Valutazioni legali sulle criticità della nuova frontiera tecnologica del lavoro.

La premessa dice che il COVID-19 ha prodotto una crescita esponenziale del ricorso alla tipologia del “lavoro agile” passata da numeri intorno al mezzo milione di lettere d’incarico per Smart Working nell’anno 2019 a cifre 10 volte superiori nel corso dell’attuale 2020.

Tutto bene?

Affermativo per gli aspetti di controllo della pandemia, e per i vantaggi operativi tipici di questa metodologia di attività, che possono essere sintetizzati in una miglior gestione del proprio lavoro, con il risparmio in tempo e denaro dei trasferimenti all’ufficio, una moderna organizzazione del lavoro (per chi la sa pianificare, ovviamente), ed altro,

ma

Negativo per tutta una serie di criticità che, se non opportunamente gestite, possono portare inconvenienti anche seri.
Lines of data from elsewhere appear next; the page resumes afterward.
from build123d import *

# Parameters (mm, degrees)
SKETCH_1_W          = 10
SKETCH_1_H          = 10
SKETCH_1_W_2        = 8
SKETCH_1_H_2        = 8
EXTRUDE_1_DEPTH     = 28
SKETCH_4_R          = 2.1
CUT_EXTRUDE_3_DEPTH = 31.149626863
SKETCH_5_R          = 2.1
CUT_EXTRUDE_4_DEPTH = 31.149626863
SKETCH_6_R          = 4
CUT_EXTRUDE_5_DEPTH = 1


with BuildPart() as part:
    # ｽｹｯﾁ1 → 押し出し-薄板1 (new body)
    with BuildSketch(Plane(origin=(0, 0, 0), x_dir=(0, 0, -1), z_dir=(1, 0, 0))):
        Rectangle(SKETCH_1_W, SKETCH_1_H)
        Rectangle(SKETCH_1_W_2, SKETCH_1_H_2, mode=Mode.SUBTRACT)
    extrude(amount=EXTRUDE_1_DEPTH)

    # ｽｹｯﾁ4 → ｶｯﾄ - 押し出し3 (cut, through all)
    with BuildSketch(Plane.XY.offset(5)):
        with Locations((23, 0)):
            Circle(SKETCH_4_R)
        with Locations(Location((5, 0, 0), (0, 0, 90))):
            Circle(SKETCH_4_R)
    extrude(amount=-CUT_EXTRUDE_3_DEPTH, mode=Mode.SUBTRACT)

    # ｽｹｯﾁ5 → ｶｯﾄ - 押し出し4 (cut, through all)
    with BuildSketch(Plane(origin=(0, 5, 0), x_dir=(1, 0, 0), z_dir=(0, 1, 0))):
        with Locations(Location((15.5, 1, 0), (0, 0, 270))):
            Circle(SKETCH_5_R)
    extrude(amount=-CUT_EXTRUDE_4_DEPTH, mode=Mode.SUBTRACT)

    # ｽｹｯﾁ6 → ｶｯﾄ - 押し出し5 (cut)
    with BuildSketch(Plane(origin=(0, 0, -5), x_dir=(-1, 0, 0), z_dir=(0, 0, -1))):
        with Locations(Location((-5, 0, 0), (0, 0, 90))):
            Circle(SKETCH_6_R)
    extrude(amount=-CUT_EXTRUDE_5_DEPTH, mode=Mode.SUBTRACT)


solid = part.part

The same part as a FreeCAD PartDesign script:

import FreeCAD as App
import Part
import Sketcher
Q = App.Units.Quantity


def add_polygon(sketch, points):
    """Adds a closed chain of lines whose ends are joined by coincident constraints."""
    first, n = sketch.GeometryCount, len(points)
    for a, b in zip(points, points[1:] + points[:1]):
        sketch.addGeometry(Part.LineSegment(App.Vector(*a, 0), App.Vector(*b, 0)), False)
    for i in range(n):
        sketch.addConstraint(Sketcher.Constraint("Coincident", first + i, 2, first + (i + 1) % n, 1))

doc = App.newDocument("Part")
body = doc.addObject("PartDesign::Body", "Body")

# Sketch on YZ plane
sketch1 = doc.addObject("Sketcher::SketchObject", "Sketch")
body.addObject(sketch1)
sketch1.AttachmentSupport = (doc.YZ_Plane, [""])
sketch1.MapMode = "FlatFace"
add_polygon(sketch1, [(5, 5), (-5, 5), (-5, -5), (5, -5)])  # lines 0-3
add_polygon(sketch1, [(-4, -4), (-4, 4), (4, 4), (4, -4)])  # lines 4-7
sketch1.addConstraint([
    Sketcher.Constraint("Horizontal", 0),
    Sketcher.Constraint("Vertical", 1),
    Sketcher.Constraint("Horizontal", 2),
    Sketcher.Constraint("Vertical", 3),
    Sketcher.Constraint("Vertical", 4),
    Sketcher.Constraint("Horizontal", 5),
    Sketcher.Constraint("Vertical", 6),
    Sketcher.Constraint("Horizontal", 7),
    Sketcher.Constraint("Symmetric", 0, 2, 2, 2, -1, 1),
    Sketcher.Constraint("Symmetric", 4, 2, 6, 2, -1, 1),
    Sketcher.Constraint("Equal", 2, 1),
    Sketcher.Constraint("Equal", 7, 4),
    Sketcher.Constraint("DistanceX", 0, 2, 0, 1, Q("10 mm")),
    Sketcher.Constraint("DistanceX", 5, 1, 5, 2, Q("8 mm")),
])
pad1 = doc.addObject("PartDesign::Pad", "Pad")
body.addObject(pad1)
pad1.Profile = sketch1
pad1.Length = 28

# Sketch on XY plane
sketch2 = doc.addObject("Sketcher::SketchObject", "Sketch001")
body.addObject(sketch2)
sketch2.AttachmentSupport = (doc.XY_Plane, [""])
sketch2.MapMode = "FlatFace"
sketch2.AttachmentOffset = App.Placement(App.Vector(0, 0, 5), App.Rotation())
sketch2.addGeometry([
    Part.Circle(App.Vector(23, 0, 0), App.Vector(0, 0, 1), 2.1),
    Part.Circle(App.Vector(5, 0, 0), App.Vector(0, 0, 1), 2.1),
], False)
sketch2.addConstraint([
    Sketcher.Constraint("Equal", 0, 1),
    Sketcher.Constraint("PointOnObject", 0, 3, -1),
    Sketcher.Constraint("PointOnObject", 1, 3, -1),
    Sketcher.Constraint("Diameter", 0, Q("4.2 mm")),
    Sketcher.Constraint("DistanceX", -1, 1, 0, 3, Q("23 mm")),
    Sketcher.Constraint("DistanceX", -1, 1, 1, 3, Q("5 mm")),
])
pocket1 = doc.addObject("PartDesign::Pocket", "Pocket")
body.addObject(pocket1)
pocket1.Profile = sketch2
pocket1.Type = "ThroughAll"

# Sketch on XZ plane
sketch3 = doc.addObject("Sketcher::SketchObject", "Sketch002")
body.addObject(sketch3)
sketch3.AttachmentSupport = (doc.XZ_Plane, [""])
sketch3.MapMode = "FlatFace"
sketch3.AttachmentOffset = App.Placement(App.Vector(0, 0, -5), App.Rotation())
sketch3.addGeometry(Part.Circle(App.Vector(15.5, -1, 0), App.Vector(0, 0, 1), 2.1), False)
sketch3.addConstraint([
    Sketcher.Constraint("Diameter", 0, Q("4.2 mm")),
    Sketcher.Constraint("DistanceY", 0, 3, -1, 1, Q("1 mm")),
    Sketcher.Constraint("DistanceX", -1, 1, 0, 3, Q("15.5 mm")),
])
pocket2 = doc.addObject("PartDesign::Pocket", "Pocket001")
body.addObject(pocket2)
pocket2.Profile = sketch3
pocket2.Type = "ThroughAll"
pocket2.Reversed = True

# Sketch on XY plane
sketch4 = doc.addObject("Sketcher::SketchObject", "Sketch003")
body.addObject(sketch4)
sketch4.AttachmentSupport = (doc.XY_Plane, [""])
sketch4.MapMode = "FlatFace"
sketch4.AttachmentOffset = App.Placement(App.Vector(0, 0, -5), App.Rotation())
sketch4.addGeometry(Part.Circle(App.Vector(5, 0, 0), App.Vector(0, 0, 1), 4), False)
sketch4.addConstraint([
    Sketcher.Constraint("PointOnObject", 0, 3, -1),
    Sketcher.Constraint("Diameter", 0, Q("8 mm")),
    Sketcher.Constraint("DistanceX", -1, 1, 0, 3, Q("5 mm")),
])
pocket3 = doc.addObject("PartDesign::Pocket", "Pocket002")
body.addObject(pocket3)
pocket3.Profile = sketch4
pocket3.Length = 1
pocket3.Reversed = True

doc.recompute()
La fretta con cui si è ricorsi al “lavoro agile” in funzione anticovid non ha certamente permesso una adeguata programmazione e pianificazione delle attività, con l’acquisizione degli strumenti opportuni, la informazione e formazione del personale, e tutto quanto serve per una corretta gestione del rapporto.
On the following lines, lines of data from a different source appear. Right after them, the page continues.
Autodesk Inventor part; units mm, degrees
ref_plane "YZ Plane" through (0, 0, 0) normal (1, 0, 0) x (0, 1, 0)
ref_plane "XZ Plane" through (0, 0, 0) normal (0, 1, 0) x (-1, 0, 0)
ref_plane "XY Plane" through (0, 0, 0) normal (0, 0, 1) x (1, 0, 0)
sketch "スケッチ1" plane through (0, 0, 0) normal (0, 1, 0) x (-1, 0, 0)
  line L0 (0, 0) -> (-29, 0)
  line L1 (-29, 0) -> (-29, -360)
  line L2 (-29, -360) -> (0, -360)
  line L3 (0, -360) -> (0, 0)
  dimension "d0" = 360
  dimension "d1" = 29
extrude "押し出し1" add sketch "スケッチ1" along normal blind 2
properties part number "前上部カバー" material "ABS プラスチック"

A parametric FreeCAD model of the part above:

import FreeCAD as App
import Part
import Sketcher

V = App.Vector


def add_polygon(sketch, points):
    """Adds a closed chain of lines whose ends are joined by coincident constraints."""
    first, n = sketch.GeometryCount, len(points)
    for a, b in zip(points, points[1:] + points[:1]):
        sketch.addGeometry(Part.LineSegment(App.Vector(*a, 0), App.Vector(*b, 0)), False)
    for i in range(n):
        sketch.addConstraint(Sketcher.Constraint("Coincident", first + i, 2, first + (i + 1) % n, 1))

doc = App.newDocument("Part")
params = doc.addObject("Spreadsheet::Sheet", "Params")
for row, (alias, value) in enumerate([
    ("sketch1_width", "29 mm"),
    ("sketch1_height", "360 mm"),
    ("pad1_length", "2 mm"),
], start=1):
    params.set(f"A{row}", alias)
    params.set(f"B{row}", "=" + value)
    params.setAlias(f"B{row}", alias)

body = doc.addObject("PartDesign::Body", "Body")

sketch1 = doc.addObject("Sketcher::SketchObject", "Sketch")
body.addObject(sketch1)
sketch1.AttachmentSupport = (doc.XZ_Plane, [""])
sketch1.MapMode = "FlatFace"
add_polygon(sketch1, [(0, -360), (0, 0), (29, 0), (29, -360)])
sketch1.addConstraint(Sketcher.Constraint("Vertical", 0))
sketch1.addConstraint(Sketcher.Constraint("Horizontal", 1))
sketch1.addConstraint(Sketcher.Constraint("Vertical", 2))
sketch1.addConstraint(Sketcher.Constraint("Horizontal", 3))
sketch1.addConstraint(Sketcher.Constraint("Coincident", 0, 2, -1, 1))
sketch1.addConstraint(Sketcher.Constraint("DistanceX", 1, 1, 1, 2, 29.0))
sketch1.addConstraint(Sketcher.Constraint("DistanceY", 0, 1, 0, 2, 360.0))
sketch1.setExpression("Constraints[9]", "Params.sketch1_width")
sketch1.setExpression("Constraints[10]", "Params.sketch1_height")
pad1 = doc.addObject("PartDesign::Pad", "Pad")
body.addObject(pad1)
pad1.Profile = sketch1
pad1.setExpression("Length", "Params.pad1_length")
pad1.Reversed = True

doc.recompute()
Non stiamo parlando di questioni marginali, sol che si pensi alle diverse norme coinvolte, e al loro impatto. Ecco la lista degli aspetti potenzialmente critici, non esaustiva, ma riferiti alle principali norme di riferimento:

  1. Organizzazione e pianificazione del lavoro, Legge 81/2017
    1. Le “Lettere di Incarico” con la definizione della mansione, obbiettivi, modalità di svolgimento, e  le conseguenti “Informative” puntuali ed adeguatamente strutturate, anche ai fini della vigilanza e controllo dell’Azienda
    1. Produttività, criteri lo svolgimento del lavoro, premi di produzione, con la pianificazione dinamica e la verifica puntuale dell’operato dei collaboratori ecc.
    1. Nella P.A. con le conseguenze per il cittadino
  2. Sicurezza e Salute sul Lavoro, D.Lvo 81/08 e norme collegate, con particolare evidenza per:
    1. La “Valutazione dei rischi” di Sicurezza e Salute
    1. Il lavoro in itinere e i pendolari
    1. L’ambiente di lavoro
  3. Collegamenti, sfw, ecc. (con stress incorporato), Privacy, GDPR 679/2016, e D.Lvo 196/03 aggiornato dal D.Lvo 101/18
    1. La “Valutazione dei rischiPrivacy e il trattamento dei dati
    1. Attrezzature di lavoro, collegamenti, sicurezza dati, ecc.
    1. Risparmio carta  e toner, aspetti ambientali, consumi, ecc.
  4. Contenziosi e impatto sul sistema normativo giuslavoristico
    1. Rapporto di lavoro
    1. Infortuni e malattie professionali

Ricordiamo che alla base della logica dello Smart Working vi sono tre elementi chiave:

•la revisione della leadership e del rapporto tra manager e dipendente (da controllo a fiducia);

•il ricorso a tecnologie collaborative in sostituzione ai sistemi di comunicazione rigidi;

•la riorganizzazione del layout e degli spazi di lavoro che vanno oltre le 4 mura di un ufficio.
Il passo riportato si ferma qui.